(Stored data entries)
[Start of Attachment]
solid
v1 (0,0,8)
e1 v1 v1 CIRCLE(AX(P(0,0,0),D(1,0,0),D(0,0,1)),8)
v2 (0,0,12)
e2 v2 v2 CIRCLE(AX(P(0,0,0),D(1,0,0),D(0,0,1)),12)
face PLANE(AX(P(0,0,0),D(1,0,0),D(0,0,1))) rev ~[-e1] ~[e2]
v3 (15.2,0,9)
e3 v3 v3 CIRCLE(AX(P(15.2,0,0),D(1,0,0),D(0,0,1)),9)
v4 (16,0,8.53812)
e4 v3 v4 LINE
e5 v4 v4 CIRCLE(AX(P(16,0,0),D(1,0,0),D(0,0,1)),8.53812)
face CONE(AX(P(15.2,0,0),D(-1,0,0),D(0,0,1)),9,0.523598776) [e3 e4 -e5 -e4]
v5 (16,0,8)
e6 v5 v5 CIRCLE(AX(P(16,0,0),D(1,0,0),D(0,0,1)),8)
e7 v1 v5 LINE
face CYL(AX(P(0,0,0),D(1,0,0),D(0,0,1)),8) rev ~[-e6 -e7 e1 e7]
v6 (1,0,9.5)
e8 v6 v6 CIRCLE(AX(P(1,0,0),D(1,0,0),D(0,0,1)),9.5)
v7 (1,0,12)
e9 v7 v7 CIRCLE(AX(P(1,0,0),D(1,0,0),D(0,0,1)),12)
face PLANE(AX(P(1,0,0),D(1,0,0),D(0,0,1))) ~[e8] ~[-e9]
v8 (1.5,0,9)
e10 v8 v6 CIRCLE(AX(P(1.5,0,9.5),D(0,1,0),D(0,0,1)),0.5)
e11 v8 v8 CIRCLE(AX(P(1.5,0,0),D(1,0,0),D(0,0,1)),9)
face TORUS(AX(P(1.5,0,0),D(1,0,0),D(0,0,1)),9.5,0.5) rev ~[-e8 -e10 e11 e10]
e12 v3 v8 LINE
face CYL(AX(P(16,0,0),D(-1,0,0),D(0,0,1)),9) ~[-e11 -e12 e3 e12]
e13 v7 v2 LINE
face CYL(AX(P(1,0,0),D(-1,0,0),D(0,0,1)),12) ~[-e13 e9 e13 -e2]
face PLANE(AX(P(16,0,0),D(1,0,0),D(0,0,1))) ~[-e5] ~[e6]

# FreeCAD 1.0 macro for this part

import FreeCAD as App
import Part
import Sketcher
from FreeCAD import Vector
Q = App.Units.Quantity


def edges_at(feature, points):
    """Names of the edges that pass closest to the given points."""
    edges = feature.Shape.Edges
    near = lambda p: min(range(len(edges)), key=lambda i: edges[i].distToShape(Part.Vertex(*p))[0])
    return sorted({f"Edge{near(p) + 1}" for p in points})


def add_polygon(sketch, points):
    """Adds a closed chain of lines whose ends are joined by coincident constraints."""
    first, n = sketch.GeometryCount, len(points)
    for a, b in zip(points, points[1:] + points[:1]):
        sketch.addGeometry(Part.LineSegment(App.Vector(*a, 0), App.Vector(*b, 0)), False)
    for i in range(n):
        sketch.addConstraint(Sketcher.Constraint("Coincident", first + i, 2, first + (i + 1) % n, 1))

doc = App.newDocument("Part")
params = doc.addObject("Spreadsheet::Sheet", "Params")
for row, (alias, value) in enumerate([
    ("sketch1_width", "16 mm"),
    ("sketch1_width2", "15 mm"),
    ("sketch1_height", "4 mm"),
    ("revolution_angle", "360 deg"),
    ("chamfer_size", "0.8 mm"),
    ("chamfer_size2", "0.46188 mm"),
    ("fillet_radius", "0.5 mm"),
], start=1):
    params.set(f"A{row}", alias)
    params.set(f"B{row}", "=" + value)
    params.setAlias(f"B{row}", alias)

body = doc.addObject("PartDesign::Body", "Body")

# Sketch on XZ plane
sketch1 = body.newObject("Sketcher::SketchObject", "Sketch")
sketch1.AttachmentSupport = (doc.getObject("XZ_Plane"), [""])
sketch1.MapMode = "FlatFace"
add_polygon(sketch1, [(0, 12), (0, 8), (16, 8), (16, 9), (1, 9), (1, 12)])  # lines 0-5
sketch1.addConstraint([
    Sketcher.Constraint("Vertical", 0),
    Sketcher.Constraint("Horizontal", 1),
    Sketcher.Constraint("Vertical", 2),
    Sketcher.Constraint("Horizontal", 3),
    Sketcher.Constraint("Vertical", 4),
    Sketcher.Constraint("Horizontal", 5),
    Sketcher.Constraint("PointOnObject", 0, 2, -2),
    Sketcher.Constraint("Equal", 5, 2),
    Sketcher.Constraint("DistanceX", 1, 1, 1, 2, Q("16 mm")),
    Sketcher.Constraint("DistanceX", 3, 2, 3, 1, Q("15 mm")),
    Sketcher.Constraint("DistanceY", 0, 2, 0, 1, Q("4 mm")),
    Sketcher.Constraint("DistanceY", -1, 1, 0, 2, Q("8 mm")),
])
sketch1.setExpression("Constraints[14]", "Params.sketch1_width")
sketch1.setExpression("Constraints[15]", "Params.sketch1_width2")
sketch1.setExpression("Constraints[16]", "Params.sketch1_height")
revolution = body.newObject("PartDesign::Revolution", "Revolution")
revolution.Profile = sketch1
revolution.ReferenceAxis = (sketch1, ["H_Axis"])
revolution.setExpression("Angle", "Params.revolution_angle")
doc.recompute()

chamfer = body.newObject("PartDesign::Chamfer", "Chamfer")
chamfer.Base = (revolution, edges_at(revolution, [(16, 0, -9)]))
chamfer.ChamferType = "Two distances"
chamfer.setExpression("Size", "Params.chamfer_size")
chamfer.setExpression("Size2", "Params.chamfer_size2")
chamfer.FlipDirection = True
doc.recompute()

fillet = body.newObject("PartDesign::Fillet", "Fillet")
fillet.Base = (chamfer, edges_at(chamfer, [(1, 0, -9)]))
fillet.setExpression("Radius", "Params.fillet_radius")

doc.recompute()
[End of Attachment]
Assignment
What you should produce is an exact copy of the records above.

Result below
solid
v1 (0,0,8)
e1 v1 v1 CIRCLE(AX(P(0,0,0),D(1,0,0),D(0,0,1)),8)
v2 (0,0,12)
e2 v2 v2 CIRCLE(AX(P(0,0,0),D(1,0,0),D(0,0,1)),12)
face PLANE(AX(P(0,0,0),D(1,0,0),D(0,0,1))) rev ~[-e1] ~[e2]
v3 (15.2,0,9)
e3 v3 v3 CIRCLE(AX(P(15.2,0,0),D(1,0,0),D(0,0,1)),9)
v4 (16,0,8.53812)
e4 v3 v4 LINE
e5 v4 v4 CIRCLE(AX(P(16,0,0),D(1,0,0),D(0,0,1)),8.53812)
face CONE(AX(P(15.2,0,0),D(-1,0,0),D(0,0,1)),9,0.523598776) [e3 e4 -e5 -e4]
v5 (16,0,8)
e6 v5 v5 CIRCLE(AX(P(16,0,0),D(1,0,0),D(0,0,1)),8)
e7 v1 v5 LINE
face CYL(AX(P(0,0,0),D(1,0,0),D(0,0,1)),8) rev ~[-e6 -e7 e1 e7]
v6 (1,0,9.5)
e8 v6 v6 CIRCLE(AX(P(1,0,0),D(1,0,0),D(0,0,1)),9.5)
v7 (1,0,12)
e9 v7 v7 CIRCLE(AX(P(1,0,0),D(1,0,0),D(0,0,1)),12)
face PLANE(AX(P(1,0,0),D(1,0,0),D(0,0,1))) ~[e8] ~[-e9]
v8 (1.5,0,9)
e10 v8 v6 CIRCLE(AX(P(1.5,0,9.5),D(0,1,0),D(0,0,1)),0.5)
e11 v8 v8 CIRCLE(AX(P(1.5,0,0),D(1,0,0),D(0,0,1)),9)
face TORUS(AX(P(1.5,0,0),D(1,0,0),D(0,0,1)),9.5,0.5) rev ~[-e8 -e10 e11 e10]
e12 v3 v8 LINE
face CYL(AX(P(16,0,0),D(-1,0,0),D(0,0,1)),9) ~[-e11 -e12 e3 e12]
e13 v7 v2 LINE
face CYL(AX(P(1,0,0),D(-1,0,0),D(0,0,1)),12) ~[-e13 e9 e13 -e2]
face PLANE(AX(P(16,0,0),D(1,0,0),D(0,0,1))) ~[-e5] ~[e6]

# FreeCAD 1.0 macro for this part

import FreeCAD as App
import Part
import Sketcher
from FreeCAD import Vector
Q = App.Units.Quantity


def edges_at(feature, points):
    """Names of the edges that pass closest to the given points."""
    edges = feature.Shape.Edges
    near = lambda p: min(range(len(edges)), key=lambda i: edges[i].distToShape(Part.Vertex(*p))[0])
    return sorted({f"Edge{near(p) + 1}" for p in points})


def add_polygon(sketch, points):
    """Adds a closed chain of lines whose ends are joined by coincident constraints."""
    first, n = sketch.GeometryCount, len(points)
    for a, b in zip(points, points[1:] + points[:1]):
        sketch.addGeometry(Part.LineSegment(App.Vector(*a, 0), App.Vector(*b, 0)), False)
    for i in range(n):
        sketch.addConstraint(Sketcher.Constraint("Coincident", first + i, 2, first + (i + 1) % n, 1))

doc = App.newDocument("Part")
params = doc.addObject("Spreadsheet::Sheet", "Params")
for row, (alias, value) in enumerate([
    ("sketch1_width", "16 mm"),
    ("sketch1_width2", "15 mm"),
    ("sketch1_height", "4 mm"),
    ("revolution_angle", "360 deg"),
    ("chamfer_size", "0.8 mm"),
    ("chamfer_size2", "0.46188 mm"),
    ("fillet_radius", "0.5 mm"),
], start=1):
    params.set(f"A{row}", alias)
    params.set(f"B{row}", "=" + value)
    params.setAlias(f"B{row}", alias)

body = doc.addObject("PartDesign::Body", "Body")

# Sketch on XZ plane
sketch1 = body.newObject("Sketcher::SketchObject", "Sketch")
sketch1.AttachmentSupport = (doc.getObject("XZ_Plane"), [""])
sketch1.MapMode = "FlatFace"
add_polygon(sketch1, [(0, 12), (0, 8), (16, 8), (16, 9), (1, 9), (1, 12)])  # lines 0-5
sketch1.addConstraint([
    Sketcher.Constraint("Vertical", 0),
    Sketcher.Constraint("Horizontal", 1),
    Sketcher.Constraint("Vertical", 2),
    Sketcher.Constraint("Horizontal", 3),
    Sketcher.Constraint("Vertical", 4),
    Sketcher.Constraint("Horizontal", 5),
    Sketcher.Constraint("PointOnObject", 0, 2, -2),
    Sketcher.Constraint("Equal", 5, 2),
    Sketcher.Constraint("DistanceX", 1, 1, 1, 2, Q("16 mm")),
    Sketcher.Constraint("DistanceX", 3, 2, 3, 1, Q("15 mm")),
    Sketcher.Constraint("DistanceY", 0, 2, 0, 1, Q("4 mm")),
    Sketcher.Constraint("DistanceY", -1, 1, 0, 2, Q("8 mm")),
])
sketch1.setExpression("Constraints[14]", "Params.sketch1_width")
sketch1.setExpression("Constraints[15]", "Params.sketch1_width2")
sketch1.setExpression("Constraints[16]", "Params.sketch1_height")
revolution = body.newObject("PartDesign::Revolution", "Revolution")
revolution.Profile = sketch1
revolution.ReferenceAxis = (sketch1, ["H_Axis"])
revolution.setExpression("Angle", "Params.revolution_angle")
doc.recompute()

chamfer = body.newObject("PartDesign::Chamfer", "Chamfer")
chamfer.Base = (revolution, edges_at(revolution, [(16, 0, -9)]))
chamfer.ChamferType = "Two distances"
chamfer.setExpression("Size", "Params.chamfer_size")
chamfer.setExpression("Size2", "Params.chamfer_size2")
chamfer.FlipDirection = True
doc.recompute()

fillet = body.newObject("PartDesign::Fillet", "Fillet")
fillet.Base = (chamfer, edges_at(chamfer, [(1, 0, -9)]))
fillet.setExpression("Radius", "Params.fillet_radius")

doc.recompute()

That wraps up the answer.